Take the entries that follow and return exactly the lines from the one holding "FILE_DESCRIPTION((''),'2;1');" through the one holding "#25=VECTOR('',#24,1.);", both included. Nothing else is needed.

[Data provided Boundary: Start]

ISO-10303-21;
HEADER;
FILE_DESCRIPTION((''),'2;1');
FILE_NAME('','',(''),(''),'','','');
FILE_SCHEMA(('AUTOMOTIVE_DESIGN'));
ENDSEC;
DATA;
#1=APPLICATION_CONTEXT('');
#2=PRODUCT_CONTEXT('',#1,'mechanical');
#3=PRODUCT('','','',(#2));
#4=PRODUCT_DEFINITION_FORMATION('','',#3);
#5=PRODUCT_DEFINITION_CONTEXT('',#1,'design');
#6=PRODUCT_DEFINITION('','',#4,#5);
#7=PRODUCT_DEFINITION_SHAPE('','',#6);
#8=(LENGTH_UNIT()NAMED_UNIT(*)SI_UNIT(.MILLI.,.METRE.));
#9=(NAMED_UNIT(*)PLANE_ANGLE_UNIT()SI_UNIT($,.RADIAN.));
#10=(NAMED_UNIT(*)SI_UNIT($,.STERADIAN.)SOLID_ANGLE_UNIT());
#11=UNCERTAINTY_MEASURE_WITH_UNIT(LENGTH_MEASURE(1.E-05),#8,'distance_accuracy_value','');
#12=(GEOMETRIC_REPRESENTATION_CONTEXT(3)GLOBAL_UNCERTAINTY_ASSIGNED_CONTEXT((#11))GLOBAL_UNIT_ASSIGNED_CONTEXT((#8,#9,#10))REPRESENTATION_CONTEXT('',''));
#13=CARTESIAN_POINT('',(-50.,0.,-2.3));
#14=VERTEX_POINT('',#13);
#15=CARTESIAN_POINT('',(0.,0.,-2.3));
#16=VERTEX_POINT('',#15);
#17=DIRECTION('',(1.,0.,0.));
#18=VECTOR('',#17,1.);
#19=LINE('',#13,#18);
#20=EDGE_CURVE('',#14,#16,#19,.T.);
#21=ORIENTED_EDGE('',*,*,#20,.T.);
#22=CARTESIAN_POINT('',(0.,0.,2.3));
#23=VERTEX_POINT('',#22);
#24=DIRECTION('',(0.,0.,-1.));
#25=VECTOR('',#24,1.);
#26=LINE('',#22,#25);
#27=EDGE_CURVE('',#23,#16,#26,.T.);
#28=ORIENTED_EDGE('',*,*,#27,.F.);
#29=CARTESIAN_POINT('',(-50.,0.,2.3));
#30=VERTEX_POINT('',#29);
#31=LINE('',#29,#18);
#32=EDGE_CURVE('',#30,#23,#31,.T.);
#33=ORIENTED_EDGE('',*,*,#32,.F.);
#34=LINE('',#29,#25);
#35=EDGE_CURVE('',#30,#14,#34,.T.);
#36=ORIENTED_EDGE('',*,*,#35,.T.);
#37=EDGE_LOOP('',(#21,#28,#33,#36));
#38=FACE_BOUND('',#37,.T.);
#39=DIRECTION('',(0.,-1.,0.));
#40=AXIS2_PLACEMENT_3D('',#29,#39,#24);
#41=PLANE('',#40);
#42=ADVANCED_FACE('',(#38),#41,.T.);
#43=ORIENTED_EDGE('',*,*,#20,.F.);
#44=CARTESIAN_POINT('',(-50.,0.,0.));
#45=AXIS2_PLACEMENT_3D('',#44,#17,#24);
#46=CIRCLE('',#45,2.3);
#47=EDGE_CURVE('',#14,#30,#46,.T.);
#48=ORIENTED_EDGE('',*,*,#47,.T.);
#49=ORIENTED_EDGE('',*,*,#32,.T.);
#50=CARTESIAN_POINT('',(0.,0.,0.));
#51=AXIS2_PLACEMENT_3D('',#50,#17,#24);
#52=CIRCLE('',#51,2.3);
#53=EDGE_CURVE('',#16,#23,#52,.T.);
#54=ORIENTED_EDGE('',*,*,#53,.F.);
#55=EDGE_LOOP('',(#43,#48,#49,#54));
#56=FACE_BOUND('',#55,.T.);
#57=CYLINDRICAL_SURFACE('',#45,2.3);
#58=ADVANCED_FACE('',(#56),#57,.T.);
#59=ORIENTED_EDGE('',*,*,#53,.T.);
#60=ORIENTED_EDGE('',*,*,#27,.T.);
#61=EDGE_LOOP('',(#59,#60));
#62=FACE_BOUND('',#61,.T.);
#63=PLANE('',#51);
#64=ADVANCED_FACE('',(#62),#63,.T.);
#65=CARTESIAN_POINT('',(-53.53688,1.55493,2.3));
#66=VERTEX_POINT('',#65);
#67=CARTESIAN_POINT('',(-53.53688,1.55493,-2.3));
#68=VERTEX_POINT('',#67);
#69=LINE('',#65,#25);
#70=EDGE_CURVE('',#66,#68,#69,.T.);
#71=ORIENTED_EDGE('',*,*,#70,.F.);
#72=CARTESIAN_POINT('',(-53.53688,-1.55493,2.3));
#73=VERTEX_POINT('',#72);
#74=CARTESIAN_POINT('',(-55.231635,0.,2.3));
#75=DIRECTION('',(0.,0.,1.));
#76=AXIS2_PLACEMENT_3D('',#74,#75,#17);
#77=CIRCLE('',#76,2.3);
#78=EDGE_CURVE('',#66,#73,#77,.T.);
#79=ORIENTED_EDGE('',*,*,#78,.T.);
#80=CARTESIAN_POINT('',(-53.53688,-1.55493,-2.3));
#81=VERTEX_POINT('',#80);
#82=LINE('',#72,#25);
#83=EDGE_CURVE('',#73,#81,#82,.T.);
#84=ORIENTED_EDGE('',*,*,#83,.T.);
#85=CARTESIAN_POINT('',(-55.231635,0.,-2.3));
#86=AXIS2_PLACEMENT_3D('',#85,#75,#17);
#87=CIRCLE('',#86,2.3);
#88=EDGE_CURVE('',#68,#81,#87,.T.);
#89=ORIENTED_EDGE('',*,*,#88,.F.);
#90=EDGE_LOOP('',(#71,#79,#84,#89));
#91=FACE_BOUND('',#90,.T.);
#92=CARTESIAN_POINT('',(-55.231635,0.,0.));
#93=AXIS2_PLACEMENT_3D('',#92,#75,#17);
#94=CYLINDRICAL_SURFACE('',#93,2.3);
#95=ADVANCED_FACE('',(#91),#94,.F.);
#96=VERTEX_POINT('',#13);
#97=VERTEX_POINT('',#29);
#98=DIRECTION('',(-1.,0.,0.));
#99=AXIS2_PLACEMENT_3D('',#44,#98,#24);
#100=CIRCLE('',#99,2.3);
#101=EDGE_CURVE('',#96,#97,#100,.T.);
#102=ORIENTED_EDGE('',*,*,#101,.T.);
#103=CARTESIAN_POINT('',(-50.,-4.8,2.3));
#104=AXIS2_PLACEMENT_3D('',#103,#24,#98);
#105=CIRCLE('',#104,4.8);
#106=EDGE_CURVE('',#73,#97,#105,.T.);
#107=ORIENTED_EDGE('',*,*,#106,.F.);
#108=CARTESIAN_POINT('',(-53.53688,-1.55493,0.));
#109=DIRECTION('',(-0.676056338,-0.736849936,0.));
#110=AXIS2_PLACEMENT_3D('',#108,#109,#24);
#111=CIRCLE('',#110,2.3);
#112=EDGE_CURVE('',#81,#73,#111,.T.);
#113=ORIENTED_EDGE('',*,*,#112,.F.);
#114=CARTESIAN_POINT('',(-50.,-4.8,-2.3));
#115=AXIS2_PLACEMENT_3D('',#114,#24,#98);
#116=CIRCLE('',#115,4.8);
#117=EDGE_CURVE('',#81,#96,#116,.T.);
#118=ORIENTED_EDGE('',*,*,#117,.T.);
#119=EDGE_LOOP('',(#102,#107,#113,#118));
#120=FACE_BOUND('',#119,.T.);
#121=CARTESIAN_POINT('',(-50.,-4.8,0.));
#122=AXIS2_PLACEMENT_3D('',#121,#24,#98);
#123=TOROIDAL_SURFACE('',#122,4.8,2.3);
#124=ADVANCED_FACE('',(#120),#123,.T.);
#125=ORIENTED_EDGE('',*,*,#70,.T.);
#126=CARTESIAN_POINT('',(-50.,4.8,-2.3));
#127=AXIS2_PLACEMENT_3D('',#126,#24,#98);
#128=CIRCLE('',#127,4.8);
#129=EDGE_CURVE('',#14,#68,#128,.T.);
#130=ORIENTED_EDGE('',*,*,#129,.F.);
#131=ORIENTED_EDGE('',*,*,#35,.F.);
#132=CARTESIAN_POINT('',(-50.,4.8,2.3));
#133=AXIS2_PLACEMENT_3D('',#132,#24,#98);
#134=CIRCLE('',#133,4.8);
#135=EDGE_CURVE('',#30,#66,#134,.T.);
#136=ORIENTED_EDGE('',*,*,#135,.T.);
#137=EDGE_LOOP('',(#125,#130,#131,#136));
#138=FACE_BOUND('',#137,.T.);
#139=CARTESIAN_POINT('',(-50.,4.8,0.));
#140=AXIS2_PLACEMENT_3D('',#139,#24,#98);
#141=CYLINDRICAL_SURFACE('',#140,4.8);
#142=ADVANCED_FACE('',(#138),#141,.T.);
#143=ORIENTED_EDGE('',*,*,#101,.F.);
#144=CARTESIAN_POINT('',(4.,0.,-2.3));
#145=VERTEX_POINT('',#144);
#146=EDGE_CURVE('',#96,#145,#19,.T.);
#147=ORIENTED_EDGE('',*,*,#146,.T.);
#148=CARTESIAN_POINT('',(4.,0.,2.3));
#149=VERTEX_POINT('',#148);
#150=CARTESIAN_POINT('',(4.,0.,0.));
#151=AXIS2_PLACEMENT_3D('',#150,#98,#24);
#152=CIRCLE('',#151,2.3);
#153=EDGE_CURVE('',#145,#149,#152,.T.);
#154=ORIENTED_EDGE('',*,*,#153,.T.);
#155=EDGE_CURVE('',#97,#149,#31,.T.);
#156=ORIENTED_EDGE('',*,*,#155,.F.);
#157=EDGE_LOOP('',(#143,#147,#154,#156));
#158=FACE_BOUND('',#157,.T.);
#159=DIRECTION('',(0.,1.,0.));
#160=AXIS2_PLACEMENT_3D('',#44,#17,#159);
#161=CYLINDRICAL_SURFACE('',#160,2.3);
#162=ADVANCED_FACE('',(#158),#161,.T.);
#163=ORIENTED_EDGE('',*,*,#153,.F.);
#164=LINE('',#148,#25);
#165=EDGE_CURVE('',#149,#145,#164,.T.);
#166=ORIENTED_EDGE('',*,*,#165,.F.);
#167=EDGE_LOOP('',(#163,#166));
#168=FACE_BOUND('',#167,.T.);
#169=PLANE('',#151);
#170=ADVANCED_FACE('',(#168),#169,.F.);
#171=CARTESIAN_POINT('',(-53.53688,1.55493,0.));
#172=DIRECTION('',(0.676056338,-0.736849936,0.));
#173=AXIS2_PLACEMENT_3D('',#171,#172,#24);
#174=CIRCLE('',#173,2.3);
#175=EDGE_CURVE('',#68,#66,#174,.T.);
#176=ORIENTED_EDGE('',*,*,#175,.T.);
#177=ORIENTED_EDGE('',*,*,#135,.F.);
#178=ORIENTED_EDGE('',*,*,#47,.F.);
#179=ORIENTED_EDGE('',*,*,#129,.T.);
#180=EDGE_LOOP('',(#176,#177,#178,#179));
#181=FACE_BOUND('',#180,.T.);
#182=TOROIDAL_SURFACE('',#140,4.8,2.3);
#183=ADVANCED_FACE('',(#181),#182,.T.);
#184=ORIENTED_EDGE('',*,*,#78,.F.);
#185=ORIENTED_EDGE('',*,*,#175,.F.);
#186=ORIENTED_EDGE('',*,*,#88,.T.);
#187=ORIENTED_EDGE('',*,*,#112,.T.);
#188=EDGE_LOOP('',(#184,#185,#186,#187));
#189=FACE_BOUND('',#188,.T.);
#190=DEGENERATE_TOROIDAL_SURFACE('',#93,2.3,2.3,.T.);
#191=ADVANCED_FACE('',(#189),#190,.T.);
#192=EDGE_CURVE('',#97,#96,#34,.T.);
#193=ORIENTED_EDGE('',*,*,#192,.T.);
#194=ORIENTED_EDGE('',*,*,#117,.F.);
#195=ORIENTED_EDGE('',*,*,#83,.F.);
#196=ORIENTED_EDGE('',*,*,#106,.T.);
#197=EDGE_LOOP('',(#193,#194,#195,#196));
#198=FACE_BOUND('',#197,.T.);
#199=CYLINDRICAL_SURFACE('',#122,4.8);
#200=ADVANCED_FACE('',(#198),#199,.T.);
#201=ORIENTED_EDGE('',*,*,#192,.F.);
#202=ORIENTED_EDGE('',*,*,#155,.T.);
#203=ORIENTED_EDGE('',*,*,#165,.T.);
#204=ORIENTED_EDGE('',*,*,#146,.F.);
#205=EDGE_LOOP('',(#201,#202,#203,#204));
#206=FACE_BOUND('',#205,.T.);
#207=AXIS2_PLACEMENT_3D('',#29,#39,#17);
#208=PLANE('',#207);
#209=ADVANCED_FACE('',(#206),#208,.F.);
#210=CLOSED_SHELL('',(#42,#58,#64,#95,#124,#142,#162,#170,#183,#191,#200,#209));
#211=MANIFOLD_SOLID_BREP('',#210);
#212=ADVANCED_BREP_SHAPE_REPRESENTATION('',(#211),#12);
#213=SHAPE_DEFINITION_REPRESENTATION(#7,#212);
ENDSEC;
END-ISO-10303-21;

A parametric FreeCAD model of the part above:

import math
import FreeCAD as App
import Part
import Sketcher
from FreeCAD import Vector
Q = App.Units.Quantity

doc = App.newDocument("Part")
body = doc.addObject("PartDesign::Body", "Body")

# Sketch on YZ plane
sketch1 = body.newObject("Sketcher::SketchObject", "Sketch")
sketch1.AttachmentSupport = (doc.getObject("YZ_Plane"), [""])
sketch1.MapMode = "FlatFace"
sketch1.addGeometry([
    Part.LineSegment(Vector(0, 2.3, 0), Vector(0, -2.3, 0)),
    Part.ArcOfCircle(Part.Circle(Vector(0, 0, 0), Vector(0, 0, 1), 2.3), math.radians(-90), math.radians(90)),
], False)
sketch1.addConstraint([
    Sketcher.Constraint("Coincident", 0, 1, 1, 2),
    Sketcher.Constraint("Coincident", 1, 1, 0, 2),
    Sketcher.Constraint("Vertical", 0),
    Sketcher.Constraint("Coincident", 1, 3, -1, 1),
    Sketcher.Constraint("PointOnObject", 0, 1, -2),
    Sketcher.Constraint("Radius", 1, Q("2.3 mm")),
])

# Sketch on XY plane
sketch2 = body.newObject("Sketcher::SketchObject", "Sketch001")
sketch2.AttachmentSupport = (doc.getObject("XY_Plane"), [""])
sketch2.MapMode = "FlatFace"
sketch2.addGeometry([
    Part.LineSegment(Vector(0, 2.3, 0), Vector(-50, 2.3, 0)),  # 0
    Part.ArcOfCircle(Part.Circle(Vector(-50, 4.8, 0), Vector(0, 0, 1), 2.5), math.radians(-137), math.radians(-90)),  # 1
    Part.ArcOfCircle(Part.Circle(Vector(-55.2, 0, 0), Vector(0, 0, 1), 4.6), math.radians(43), math.radians(317)),  # 2
    Part.ArcOfCircle(Part.Circle(Vector(-50, -4.8, 0), Vector(0, 0, 1), 2.5), math.radians(90), math.radians(137)),  # 3
    Part.LineSegment(Vector(-50, -2.3, 0), Vector(4, -2.3, 0)),  # 4
], False)
sketch2.addConstraint([
    Sketcher.Constraint("Tangent", 0, 2, 1, 2),
    Sketcher.Constraint("Tangent", 1, 1, 2, 1),
    Sketcher.Constraint("Tangent", 2, 2, 3, 2),
    Sketcher.Constraint("Tangent", 3, 1, 4, 1),
    Sketcher.Constraint("Horizontal", 0),
    Sketcher.Constraint("Horizontal", 4),
    Sketcher.Constraint("Equal", 1, 3),
    Sketcher.Constraint("Symmetric", 1, 3, 3, 3, -1),
    Sketcher.Constraint("PointOnObject", 0, 1, -2),
    Sketcher.Constraint("Radius", 1, Q("2.5 mm")),
    Sketcher.Constraint("Radius", 2, Q("4.6 mm")),
    Sketcher.Constraint("DistanceX", 0, 2, 0, 1, Q("50 mm")),
    Sketcher.Constraint("DistanceX", 4, 1, 4, 2, Q("54 mm")),
    Sketcher.Constraint("DistanceY", -1, 1, 1, 3, Q("4.8 mm")),
])
doc.recompute()

additivepipe = body.newObject("PartDesign::AdditivePipe", "AdditivePipe")
additivepipe.Profile = sketch1
additivepipe.Spine = (sketch2, ["Edge1", "Edge2", "Edge3", "Edge4", "Edge5"])

doc.recompute()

[Data provided Boundary: End]

*Reply to the exercise*.
FILE_DESCRIPTION((''),'2;1');
FILE_NAME('','',(''),(''),'','','');
FILE_SCHEMA(('AUTOMOTIVE_DESIGN'));
ENDSEC;
DATA;
#1=APPLICATION_CONTEXT('');
#2=PRODUCT_CONTEXT('',#1,'mechanical');
#3=PRODUCT('','','',(#2));
#4=PRODUCT_DEFINITION_FORMATION('','',#3);
#5=PRODUCT_DEFINITION_CONTEXT('',#1,'design');
#6=PRODUCT_DEFINITION('','',#4,#5);
#7=PRODUCT_DEFINITION_SHAPE('','',#6);
#8=(LENGTH_UNIT()NAMED_UNIT(*)SI_UNIT(.MILLI.,.METRE.));
#9=(NAMED_UNIT(*)PLANE_ANGLE_UNIT()SI_UNIT($,.RADIAN.));
#10=(NAMED_UNIT(*)SI_UNIT($,.STERADIAN.)SOLID_ANGLE_UNIT());
#11=UNCERTAINTY_MEASURE_WITH_UNIT(LENGTH_MEASURE(1.E-05),#8,'distance_accuracy_value','');
#12=(GEOMETRIC_REPRESENTATION_CONTEXT(3)GLOBAL_UNCERTAINTY_ASSIGNED_CONTEXT((#11))GLOBAL_UNIT_ASSIGNED_CONTEXT((#8,#9,#10))REPRESENTATION_CONTEXT('',''));
#13=CARTESIAN_POINT('',(-50.,0.,-2.3));
#14=VERTEX_POINT('',#13);
#15=CARTESIAN_POINT('',(0.,0.,-2.3));
#16=VERTEX_POINT('',#15);
#17=DIRECTION('',(1.,0.,0.));
#18=VECTOR('',#17,1.);
#19=LINE('',#13,#18);
#20=EDGE_CURVE('',#14,#16,#19,.T.);
#21=ORIENTED_EDGE('',*,*,#20,.T.);
#22=CARTESIAN_POINT('',(0.,0.,2.3));
#23=VERTEX_POINT('',#22);
#24=DIRECTION('',(0.,0.,-1.));
#25=VECTOR('',#24,1.);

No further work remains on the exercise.